As you all know by now, I enrolled in DePaul University’s MS in Business Analytics program this year. I am loving the program so much. I am learning new ways of solving business problems, and I am meeting such nice folks in small teams that are assigned for homework and other assignments. My professors are amazing as well!
At this point, I have been learning R programming for
the past 7 months, since before I matriculated into the MS program. And in that
time, I have studied mostly linear regression. It is simple, powerful, and
relatively easy to interpret. No math wizardry needed for this!
For simple linear regression, there are 4 values of
interest:
1. There is a y-variable. This is known as the
“response” variable (dependent variable), and we as analysts are interested in
predicting this value.
2. There is the y-intercept.
3. There is an x-variable, and this is known as the
“predictor” variable (independent variable). This variable IMPACTS the response
variable. Conversely, the response variable is IMPACTED by the predictor
variable. In simple linear regression, there is only one predictor variable,
but in multivariate regression there can be two or more.
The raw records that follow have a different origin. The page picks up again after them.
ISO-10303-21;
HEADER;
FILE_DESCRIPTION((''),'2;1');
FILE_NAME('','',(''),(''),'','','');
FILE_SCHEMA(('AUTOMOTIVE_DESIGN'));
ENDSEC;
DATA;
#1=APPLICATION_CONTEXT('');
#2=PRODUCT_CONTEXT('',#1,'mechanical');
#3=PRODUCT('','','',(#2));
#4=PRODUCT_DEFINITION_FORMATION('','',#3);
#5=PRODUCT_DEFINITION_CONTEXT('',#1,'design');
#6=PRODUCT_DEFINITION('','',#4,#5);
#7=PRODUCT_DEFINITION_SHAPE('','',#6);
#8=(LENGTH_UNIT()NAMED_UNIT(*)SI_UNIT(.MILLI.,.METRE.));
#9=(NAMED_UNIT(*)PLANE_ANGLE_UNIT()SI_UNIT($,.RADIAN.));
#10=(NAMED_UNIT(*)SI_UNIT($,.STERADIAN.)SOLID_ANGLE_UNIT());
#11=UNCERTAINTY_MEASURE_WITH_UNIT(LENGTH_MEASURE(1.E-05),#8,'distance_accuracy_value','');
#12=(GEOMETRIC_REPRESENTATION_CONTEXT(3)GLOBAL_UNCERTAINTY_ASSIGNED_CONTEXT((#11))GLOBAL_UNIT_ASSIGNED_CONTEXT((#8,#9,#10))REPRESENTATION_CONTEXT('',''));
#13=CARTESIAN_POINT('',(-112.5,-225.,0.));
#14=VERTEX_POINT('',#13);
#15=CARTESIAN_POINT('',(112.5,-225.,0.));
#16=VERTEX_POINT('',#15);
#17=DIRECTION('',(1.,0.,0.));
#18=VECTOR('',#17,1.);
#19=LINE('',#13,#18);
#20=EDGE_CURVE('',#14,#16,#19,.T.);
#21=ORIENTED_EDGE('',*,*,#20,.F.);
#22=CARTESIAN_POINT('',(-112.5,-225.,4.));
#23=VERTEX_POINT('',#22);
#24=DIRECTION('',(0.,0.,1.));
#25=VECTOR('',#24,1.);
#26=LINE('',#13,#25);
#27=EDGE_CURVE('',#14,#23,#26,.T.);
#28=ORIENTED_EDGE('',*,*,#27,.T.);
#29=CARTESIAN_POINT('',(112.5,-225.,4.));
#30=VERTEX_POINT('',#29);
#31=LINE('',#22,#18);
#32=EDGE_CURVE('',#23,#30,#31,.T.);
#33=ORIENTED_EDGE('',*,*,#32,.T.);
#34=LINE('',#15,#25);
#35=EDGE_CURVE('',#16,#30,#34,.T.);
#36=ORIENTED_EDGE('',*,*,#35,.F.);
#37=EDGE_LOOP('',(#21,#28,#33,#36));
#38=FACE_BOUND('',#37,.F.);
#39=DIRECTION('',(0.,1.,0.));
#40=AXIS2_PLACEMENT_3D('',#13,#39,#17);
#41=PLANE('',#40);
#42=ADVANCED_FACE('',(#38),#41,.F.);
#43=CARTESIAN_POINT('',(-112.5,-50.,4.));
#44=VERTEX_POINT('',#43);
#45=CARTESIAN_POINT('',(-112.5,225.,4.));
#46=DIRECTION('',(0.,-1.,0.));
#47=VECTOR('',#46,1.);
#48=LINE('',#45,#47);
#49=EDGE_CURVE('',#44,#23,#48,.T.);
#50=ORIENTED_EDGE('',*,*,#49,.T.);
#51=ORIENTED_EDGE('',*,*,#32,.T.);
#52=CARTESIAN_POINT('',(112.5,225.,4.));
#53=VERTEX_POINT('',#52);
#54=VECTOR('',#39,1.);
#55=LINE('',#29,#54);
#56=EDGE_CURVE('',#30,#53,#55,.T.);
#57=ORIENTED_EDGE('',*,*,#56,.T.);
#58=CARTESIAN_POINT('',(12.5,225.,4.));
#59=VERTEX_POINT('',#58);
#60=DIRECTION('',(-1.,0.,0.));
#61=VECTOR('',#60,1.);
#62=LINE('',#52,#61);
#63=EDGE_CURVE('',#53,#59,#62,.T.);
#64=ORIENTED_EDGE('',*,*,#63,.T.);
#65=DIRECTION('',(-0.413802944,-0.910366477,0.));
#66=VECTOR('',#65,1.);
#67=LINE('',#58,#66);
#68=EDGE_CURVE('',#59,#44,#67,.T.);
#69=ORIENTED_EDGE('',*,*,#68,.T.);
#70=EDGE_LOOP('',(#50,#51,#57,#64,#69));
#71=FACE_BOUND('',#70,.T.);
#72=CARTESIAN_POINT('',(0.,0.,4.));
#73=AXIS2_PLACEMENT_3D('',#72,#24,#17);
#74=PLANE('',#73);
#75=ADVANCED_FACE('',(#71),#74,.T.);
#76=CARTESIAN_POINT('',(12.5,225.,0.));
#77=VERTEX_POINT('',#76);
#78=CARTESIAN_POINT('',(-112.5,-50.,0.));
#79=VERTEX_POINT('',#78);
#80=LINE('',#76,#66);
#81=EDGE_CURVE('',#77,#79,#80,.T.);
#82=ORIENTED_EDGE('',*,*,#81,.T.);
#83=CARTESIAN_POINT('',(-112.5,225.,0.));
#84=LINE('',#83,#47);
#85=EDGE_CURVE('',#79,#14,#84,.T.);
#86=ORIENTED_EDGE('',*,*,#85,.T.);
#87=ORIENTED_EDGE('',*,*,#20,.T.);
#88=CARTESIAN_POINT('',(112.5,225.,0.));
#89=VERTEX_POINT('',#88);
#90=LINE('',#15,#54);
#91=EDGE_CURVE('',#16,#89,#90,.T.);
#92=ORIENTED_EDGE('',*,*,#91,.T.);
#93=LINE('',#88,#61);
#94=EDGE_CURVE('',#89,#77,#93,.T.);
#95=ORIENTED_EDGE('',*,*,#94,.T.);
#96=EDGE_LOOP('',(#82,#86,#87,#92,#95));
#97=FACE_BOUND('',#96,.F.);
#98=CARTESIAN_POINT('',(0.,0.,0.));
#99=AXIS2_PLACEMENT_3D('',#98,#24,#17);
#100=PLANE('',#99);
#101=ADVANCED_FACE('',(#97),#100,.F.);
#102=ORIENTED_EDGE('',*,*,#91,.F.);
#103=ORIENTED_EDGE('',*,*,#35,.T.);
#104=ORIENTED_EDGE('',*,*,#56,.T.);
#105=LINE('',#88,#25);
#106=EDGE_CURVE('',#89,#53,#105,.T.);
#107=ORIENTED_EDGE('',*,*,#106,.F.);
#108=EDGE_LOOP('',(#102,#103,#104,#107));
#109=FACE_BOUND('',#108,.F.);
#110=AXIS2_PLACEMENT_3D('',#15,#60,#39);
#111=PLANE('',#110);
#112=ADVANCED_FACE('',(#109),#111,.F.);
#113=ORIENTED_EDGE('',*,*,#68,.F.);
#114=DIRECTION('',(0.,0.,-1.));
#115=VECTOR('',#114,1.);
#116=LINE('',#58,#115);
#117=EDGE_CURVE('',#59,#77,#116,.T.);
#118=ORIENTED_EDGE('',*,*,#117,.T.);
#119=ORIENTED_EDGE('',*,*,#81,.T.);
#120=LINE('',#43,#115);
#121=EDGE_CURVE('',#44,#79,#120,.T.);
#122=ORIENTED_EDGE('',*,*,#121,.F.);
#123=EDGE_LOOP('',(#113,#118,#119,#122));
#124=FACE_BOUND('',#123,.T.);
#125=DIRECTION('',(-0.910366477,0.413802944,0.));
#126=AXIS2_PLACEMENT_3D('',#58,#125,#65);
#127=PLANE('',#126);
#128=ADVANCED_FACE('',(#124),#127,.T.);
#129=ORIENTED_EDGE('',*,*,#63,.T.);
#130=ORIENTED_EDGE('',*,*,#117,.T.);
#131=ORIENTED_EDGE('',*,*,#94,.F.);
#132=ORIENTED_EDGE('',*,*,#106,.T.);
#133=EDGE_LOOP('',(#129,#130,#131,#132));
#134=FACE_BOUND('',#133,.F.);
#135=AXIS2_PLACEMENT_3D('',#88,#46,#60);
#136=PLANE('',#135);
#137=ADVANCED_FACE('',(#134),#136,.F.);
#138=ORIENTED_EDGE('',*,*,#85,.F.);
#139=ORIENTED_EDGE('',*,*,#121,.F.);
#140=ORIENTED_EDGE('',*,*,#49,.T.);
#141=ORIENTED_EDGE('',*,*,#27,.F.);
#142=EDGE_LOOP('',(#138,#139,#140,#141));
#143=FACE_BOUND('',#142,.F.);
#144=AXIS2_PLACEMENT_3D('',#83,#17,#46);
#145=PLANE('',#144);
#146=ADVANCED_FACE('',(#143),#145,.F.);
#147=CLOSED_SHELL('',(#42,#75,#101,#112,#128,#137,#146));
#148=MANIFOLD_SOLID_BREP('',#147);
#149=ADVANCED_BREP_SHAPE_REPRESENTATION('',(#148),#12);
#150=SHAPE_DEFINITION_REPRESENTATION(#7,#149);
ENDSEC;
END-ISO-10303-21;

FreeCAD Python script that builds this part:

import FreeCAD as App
import Part
import Sketcher
from FreeCAD import Vector

doc = App.newDocument("Part")
body = doc.addObject("PartDesign::Body", "Body")

# Sketch on XY plane
sketch1 = doc.addObject("Sketcher::SketchObject", "Sketch")
body.addObject(sketch1)
sketch1.AttachmentSupport = (doc.XY_Plane, [""])
sketch1.MapMode = "FlatFace"
sketch1.addGeometry([
    Part.LineSegment(Vector(-112, 225, 0), Vector(-112, -225, 0)),
    Part.LineSegment(Vector(-112, -225, 0), Vector(112, -225, 0)),
    Part.LineSegment(Vector(112, -225, 0), Vector(112, 225, 0)),
    Part.LineSegment(Vector(112, 225, 0), Vector(-112, 225, 0)),
], False)
sketch1.addConstraint([
    Sketcher.Constraint("Coincident", 0, 2, 1, 1),
    Sketcher.Constraint("Coincident", 1, 2, 2, 1),
    Sketcher.Constraint("Coincident", 2, 2, 3, 1),
    Sketcher.Constraint("Coincident", 3, 2, 0, 1),
    Sketcher.Constraint("Vertical", 0),
    Sketcher.Constraint("Horizontal", 1),
    Sketcher.Constraint("Vertical", 2),
    Sketcher.Constraint("Horizontal", 3),
    Sketcher.Constraint("Symmetric", 0, 2, 2, 2, -1, 1),
    Sketcher.Constraint("DistanceX", 1, 1, 1, 2, 225.0),
    Sketcher.Constraint("DistanceY", 0, 2, 0, 1, 450.0),
])
pad1 = doc.addObject("PartDesign::Pad", "Pad")
body.addObject(pad1)
pad1.Profile = sketch1
pad1.Length = 4

# Sketch on XY plane
sketch2 = doc.addObject("Sketcher::SketchObject", "Sketch001")
body.addObject(sketch2)
sketch2.AttachmentSupport = (doc.XY_Plane, [""])
sketch2.MapMode = "FlatFace"
sketch2.AttachmentOffset = App.Placement(Vector(0, 0, 4), App.Rotation())
sketch2.addGeometry([
    Part.LineSegment(Vector(12, 225, 0), Vector(-112, 225, 0)),
    Part.LineSegment(Vector(-112, 225, 0), Vector(-112, -50, 0)),
    Part.LineSegment(Vector(-112, -50, 0), Vector(12, 225, 0)),
], False)
sketch2.addConstraint([
    Sketcher.Constraint("Coincident", 0, 2, 1, 1),
    Sketcher.Constraint("Coincident", 1, 2, 2, 1),
    Sketcher.Constraint("Coincident", 2, 2, 0, 1),
    Sketcher.Constraint("Horizontal", 0),
    Sketcher.Constraint("Vertical", 1),
    Sketcher.Constraint("DistanceX", 0, 2, 0, 1, 125.0),
    Sketcher.Constraint("DistanceY", 1, 2, 1, 1, 275.0),
    Sketcher.Constraint("DistanceY", -1, 1, 0, 2, 225.0),
    Sketcher.Constraint("DistanceX", 0, 2, -1, 1, 112.5),
])
pocket1 = doc.addObject("PartDesign::Pocket", "Pocket")
body.addObject(pocket1)
pocket1.Profile = sketch2
pocket1.Length = 4

doc.recompute()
4. There is a very subtle e-value, which is the
approximation of all estimation errors. “E” represents the sum of ALL the
differences between the actual values for y and the predicted values for y. The
goal regression is to find the best values of the b coefficient and the x
coefficient such that “E” is minimized.
To regression!
Running the lm() function brings me such joy, it’s a strange sort of joy. I mean, what’s not to love? You pass two variables into the function, along with the name of the data set, and BOOM, R Studio will spit out a formula with very specific numbers that are attached to the four points listed above.
If you don’t like your R Squared score—that pesky thing just
never seems to get to 1—then you can try a different predictor variable to see
if your model improves.
This strategy seems to work well, adding and subtracting a predictor until you find a decent model worth replicating. But what if you had dozens if not hundreds of variables in your data set?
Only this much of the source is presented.